Even in Israel, long America’s stalwart democratic ally, the power of independent judges has been curtailed, sparking furious public demonstrations.

Trump’s raging attacks on the US legal system come at a time when the supreme court has the lowest approval ratings in history. The court customarily follows legal precedent but in recent decisions the justices in the conservative majority have reversed past decisions guaranteeing women’s right to an abortion, affirmative action in universities, gun restrictions and other established laws.

The founders intended the judicial branch of the federal government to be insulated from politics, which is why federal judges enjoy lifetime tenure. But in their stinging dissent when the court reversed Roe v Wade in 2022, the three liberal justices wrote: “The court reverses course today for one reason and one reason only: because the composition of this court has changed.” During Trump’s four-year term as president, he added three staunchly conservative, anti-abortion justices to the court. In an act of raw political muscle, Republicans in the Senate refused to act on President Barack Obama’s final supreme court nominee, Merrick Garland, the man who is Joe Biden’s attorney general and whose justice department Trump wants to defenestrate.
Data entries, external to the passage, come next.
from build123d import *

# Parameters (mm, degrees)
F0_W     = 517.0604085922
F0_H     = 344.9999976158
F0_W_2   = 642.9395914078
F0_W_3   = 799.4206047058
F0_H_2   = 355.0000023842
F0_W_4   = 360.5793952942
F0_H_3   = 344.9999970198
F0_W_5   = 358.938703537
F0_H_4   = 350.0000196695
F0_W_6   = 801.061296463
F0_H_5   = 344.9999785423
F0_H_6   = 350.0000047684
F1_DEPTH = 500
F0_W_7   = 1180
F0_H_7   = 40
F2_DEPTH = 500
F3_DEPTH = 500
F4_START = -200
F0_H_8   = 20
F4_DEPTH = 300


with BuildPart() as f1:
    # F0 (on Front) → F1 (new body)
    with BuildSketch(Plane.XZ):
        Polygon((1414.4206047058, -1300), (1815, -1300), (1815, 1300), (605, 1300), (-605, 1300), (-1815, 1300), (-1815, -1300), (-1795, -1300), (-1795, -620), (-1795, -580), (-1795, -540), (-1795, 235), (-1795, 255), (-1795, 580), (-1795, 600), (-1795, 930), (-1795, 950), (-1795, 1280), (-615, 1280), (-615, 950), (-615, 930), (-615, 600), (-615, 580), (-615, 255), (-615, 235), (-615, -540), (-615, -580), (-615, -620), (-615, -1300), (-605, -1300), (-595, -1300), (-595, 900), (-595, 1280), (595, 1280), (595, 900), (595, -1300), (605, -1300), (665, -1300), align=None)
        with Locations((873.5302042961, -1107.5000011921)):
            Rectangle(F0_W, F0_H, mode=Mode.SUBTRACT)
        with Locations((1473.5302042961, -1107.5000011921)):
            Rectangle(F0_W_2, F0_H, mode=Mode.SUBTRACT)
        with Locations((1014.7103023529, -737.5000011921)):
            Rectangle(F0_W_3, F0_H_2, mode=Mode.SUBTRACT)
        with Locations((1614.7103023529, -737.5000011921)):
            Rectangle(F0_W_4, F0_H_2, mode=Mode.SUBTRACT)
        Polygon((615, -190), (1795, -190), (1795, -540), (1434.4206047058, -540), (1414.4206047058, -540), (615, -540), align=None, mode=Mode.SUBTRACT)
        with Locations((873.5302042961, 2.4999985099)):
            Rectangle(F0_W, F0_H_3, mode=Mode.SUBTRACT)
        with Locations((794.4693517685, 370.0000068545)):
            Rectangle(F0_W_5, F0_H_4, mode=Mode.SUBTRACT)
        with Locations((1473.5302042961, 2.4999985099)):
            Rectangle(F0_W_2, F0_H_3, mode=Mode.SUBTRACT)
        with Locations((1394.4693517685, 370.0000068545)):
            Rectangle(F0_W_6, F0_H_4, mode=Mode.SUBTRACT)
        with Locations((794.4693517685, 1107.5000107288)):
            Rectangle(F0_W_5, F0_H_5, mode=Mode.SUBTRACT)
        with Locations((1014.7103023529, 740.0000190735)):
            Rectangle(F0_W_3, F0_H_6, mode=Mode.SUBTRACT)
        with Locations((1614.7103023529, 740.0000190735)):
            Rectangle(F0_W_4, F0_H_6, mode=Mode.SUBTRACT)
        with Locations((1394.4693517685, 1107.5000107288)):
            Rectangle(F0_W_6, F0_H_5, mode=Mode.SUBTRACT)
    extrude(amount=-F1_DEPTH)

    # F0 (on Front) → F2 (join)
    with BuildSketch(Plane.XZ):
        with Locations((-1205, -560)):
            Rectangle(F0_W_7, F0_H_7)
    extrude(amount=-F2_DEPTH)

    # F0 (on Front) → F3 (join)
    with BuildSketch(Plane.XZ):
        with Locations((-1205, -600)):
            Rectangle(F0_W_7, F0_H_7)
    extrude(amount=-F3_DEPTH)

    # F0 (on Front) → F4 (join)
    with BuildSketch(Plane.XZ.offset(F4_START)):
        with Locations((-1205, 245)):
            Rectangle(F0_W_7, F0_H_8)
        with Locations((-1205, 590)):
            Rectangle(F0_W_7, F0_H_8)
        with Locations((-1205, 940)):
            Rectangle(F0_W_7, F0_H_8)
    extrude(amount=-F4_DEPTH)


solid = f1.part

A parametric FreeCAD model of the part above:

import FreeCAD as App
import Part
import Sketcher
Q = App.Units.Quantity

doc = App.newDocument("Part")
body = doc.addObject("PartDesign::Body", "Body")

# Sketch on XZ plane
sketch1 = body.newObject("Sketcher::SketchObject", "Sketch")
sketch1.AttachmentSupport = (doc.getObject("XZ_Plane"), [""])
sketch1.MapMode = "FlatFace"
sketch1.addGeometry([
    Part.LineSegment(App.Vector(1815, -1300, 0), App.Vector(1815, 1300, 0)),  # 0
    Part.LineSegment(App.Vector(1815, 1300, 0), App.Vector(-1815, 1300, 0)),  # 1
    Part.LineSegment(App.Vector(-1815, 1300, 0), App.Vector(-1815, -1300, 0)),  # 2
    Part.LineSegment(App.Vector(-1815, -1300, 0), App.Vector(-1795, -1300, 0)),  # 3
    Part.LineSegment(App.Vector(-1795, -1300, 0), App.Vector(-1795, 1280, 0)),  # 4
    Part.LineSegment(App.Vector(-1795, 1280, 0), App.Vector(-615, 1280, 0)),  # 5
    Part.LineSegment(App.Vector(-615, 1280, 0), App.Vector(-615, -1300, 0)),  # 6
    Part.LineSegment(App.Vector(-615, -1300, 0), App.Vector(-595, -1300, 0)),  # 7
    Part.LineSegment(App.Vector(-595, -1300, 0), App.Vector(-595, 1280, 0)),  # 8
    Part.LineSegment(App.Vector(-595, 1280, 0), App.Vector(595, 1280, 0)),  # 9
    Part.LineSegment(App.Vector(595, 1280, 0), App.Vector(595, -1300, 0)),  # 10
    Part.LineSegment(App.Vector(595, -1300, 0), App.Vector(1815, -1300, 0)),  # 11
    Part.LineSegment(App.Vector(1132, -1280, 0), App.Vector(615, -1280, 0)),  # 12
    Part.LineSegment(App.Vector(615, -1280, 0), App.Vector(615, -935, 0)),  # 13
    Part.LineSegment(App.Vector(615, -935, 0), App.Vector(1132, -935, 0)),  # 14
    Part.LineSegment(App.Vector(1132, -935, 0), App.Vector(1132, -1280, 0)),  # 15
    Part.LineSegment(App.Vector(1414, -915, 0), App.Vector(615, -915, 0)),  # 16
    Part.LineSegment(App.Vector(615, -915, 0), App.Vector(615, -560, 0)),  # 17
    Part.LineSegment(App.Vector(615, -560, 0), App.Vector(1414, -560, 0)),  # 18
    Part.LineSegment(App.Vector(1414, -560, 0), App.Vector(1414, -915, 0)),  # 19
    Part.LineSegment(App.Vector(1795, -1280, 0), App.Vector(1152, -1280, 0)),  # 20
    Part.LineSegment(App.Vector(1152, -1280, 0), App.Vector(1152, -935, 0)),  # 21
    Part.LineSegment(App.Vector(1152, -935, 0), App.Vector(1795, -935, 0)),  # 22
    Part.LineSegment(App.Vector(1795, -935, 0), App.Vector(1795, -1280, 0)),  # 23
    Part.LineSegment(App.Vector(1795, -915, 0), App.Vector(1434, -915, 0)),  # 24
    Part.LineSegment(App.Vector(1434, -915, 0), App.Vector(1434, -560, 0)),  # 25
    Part.LineSegment(App.Vector(1434, -560, 0), App.Vector(1795, -560, 0)),  # 26
    Part.LineSegment(App.Vector(1795, -560, 0), App.Vector(1795, -915, 0)),  # 27
    Part.LineSegment(App.Vector(615, -540, 0), App.Vector(615, -190, 0)),  # 28
    Part.LineSegment(App.Vector(615, -190, 0), App.Vector(1795, -190, 0)),  # 29
    Part.LineSegment(App.Vector(1795, -190, 0), App.Vector(1795, -540, 0)),  # 30
    Part.LineSegment(App.Vector(1795, -540, 0), App.Vector(615, -540, 0)),  # 31
    Part.LineSegment(App.Vector(1132, -170, 0), App.Vector(615, -170, 0)),  # 32
    Part.LineSegment(App.Vector(615, -170, 0), App.Vector(615, 175, 0)),  # 33
    Part.LineSegment(App.Vector(615, 175, 0), App.Vector(1132, 175, 0)),  # 34
    Part.LineSegment(App.Vector(1132, 175, 0), App.Vector(1132, -170, 0)),  # 35
    Part.LineSegment(App.Vector(974, 195, 0), App.Vector(615, 195, 0)),  # 36
    Part.LineSegment(App.Vector(615, 195, 0), App.Vector(615, 545, 0)),  # 37
    Part.LineSegment(App.Vector(615, 545, 0), App.Vector(974, 545, 0)),  # 38
    Part.LineSegment(App.Vector(974, 545, 0), App.Vector(974, 195, 0)),  # 39
    Part.LineSegment(App.Vector(974, 935, 0), App.Vector(615, 935, 0)),  # 40
    Part.LineSegment(App.Vector(615, 935, 0), App.Vector(615, 1280, 0)),  # 41
    Part.LineSegment(App.Vector(615, 1280, 0), App.Vector(974, 1280, 0)),  # 42
    Part.LineSegment(App.Vector(974, 1280, 0), App.Vector(974, 935, 0)),  # 43
    Part.LineSegment(App.Vector(1414, 565, 0), App.Vector(615, 565, 0)),  # 44
    Part.LineSegment(App.Vector(615, 565, 0), App.Vector(615, 915, 0)),  # 45
    Part.LineSegment(App.Vector(615, 915, 0), App.Vector(1414, 915, 0)),  # 46
    Part.LineSegment(App.Vector(1414, 915, 0), App.Vector(1414, 565, 0)),  # 47
    Part.LineSegment(App.Vector(1795, -170, 0), App.Vector(1152, -170, 0)),  # 48
    Part.LineSegment(App.Vector(1152, -170, 0), App.Vector(1152, 175, 0)),  # 49
    Part.LineSegment(App.Vector(1152, 175, 0), App.Vector(1795, 175, 0)),  # 50
    Part.LineSegment(App.Vector(1795, 175, 0), App.Vector(1795, -170, 0)),  # 51
    Part.LineSegment(App.Vector(1795, 195, 0), App.Vector(994, 195, 0)),  # 52
    Part.LineSegment(App.Vector(994, 195, 0), App.Vector(994, 545, 0)),  # 53
    Part.LineSegment(App.Vector(994, 545, 0), App.Vector(1795, 545, 0)),  # 54
    Part.LineSegment(App.Vector(1795, 545, 0), App.Vector(1795, 195, 0)),  # 55
    Part.LineSegment(App.Vector(1795, 935, 0), App.Vector(994, 935, 0)),  # 56
    Part.LineSegment(App.Vector(994, 935, 0), App.Vector(994, 1280, 0)),  # 57
    Part.LineSegment(App.Vector(994, 1280, 0), App.Vector(1795, 1280, 0)),  # 58
    Part.LineSegment(App.Vector(1795, 1280, 0), App.Vector(1795, 935, 0)),  # 59
    Part.LineSegment(App.Vector(1795, 565, 0), App.Vector(1434, 565, 0)),  # 60
    Part.LineSegment(App.Vector(1434, 565, 0), App.Vector(1434, 915, 0)),  # 61
    Part.LineSegment(App.Vector(1434, 915, 0), App.Vector(1795, 915, 0)),  # 62
    Part.LineSegment(App.Vector(1795, 915, 0), App.Vector(1795, 565, 0)),  # 63
], False)
sketch1.addConstraint([
    Sketcher.Constraint("Coincident", 0, 2, 1, 1),
    Sketcher.Constraint("Coincident", 1, 2, 2, 1),
    Sketcher.Constraint("Coincident", 2, 2, 3, 1),
    Sketcher.Constraint("Coincident", 3, 2, 4, 1),
    Sketcher.Constraint("Coincident", 4, 2, 5, 1),
    Sketcher.Constraint("Coincident", 5, 2, 6, 1),
    Sketcher.Constraint("Coincident", 6, 2, 7, 1),
    Sketcher.Constraint("Coincident", 7, 2, 8, 1),
    Sketcher.Constraint("Coincident", 8, 2, 9, 1),
    Sketcher.Constraint("Coincident", 9, 2, 10, 1),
Trump is also targeting government lawyers, although his own lawyers are the enablers of his alleged crimes. Five Trump lawyers were named co-conspirators in last week’s indictment for using crackpot legal theories and unlawful ploys to overturn Biden’s election as president. The most famous is the former New York City mayor Rudy Giuliani who, according to the indictment, pressured state election officials to switch their electors from Biden to Trump. The disciplinary committee of the district of Columbia has recommended that Giuliani be disbarred. John Eastman, another accused co-conspirator, joined Trump’s legal team later and convinced him that the vice-president Mike Pence had the legal power to declare Trump the winner on 6 January 2020 when he clearly did not.

According to the New York Times, a federal judge who considered some of the evidence against the lawyer co-conspirators called their plot to overturn the election “a coup in search of a legal theory”. They remain uncharged, probably because Smith is more likely to get a trial before the 2024 presidential election if Trump is the sole defendant. Tanya Chutkan, the judge assigned to the case, has already given stiff jail sentences to several of those convicted for breaking into the Capitol on 6 January 2020.

In polls of Republican voters, the former president holds a huge lead over all his challengers for his party’s nomination. Pandering to the Trump base, some of the other GOP presidential candidates, including the entrepreneur Vivek Ramaswamy and the former South Carolina governor Nikki Haley, have said they would consider pardoning Trump. Fellow Republican candidate Asa Hutchinson, the former governor of Arkansas, has called such promises “offensive”.

What is at stake is not just the outcome and aftermath of the next presidential election in America, fateful though that is. Across the globe, the fragile relationship between the political and judicial spheres is broken or under strain, and what happens in Washington will serve both as a stark warning of the consequences of that rupture and to give licence to other anti-democratic regimes. The US used to be a beacon of good governance. It is in danger of exporting entropy.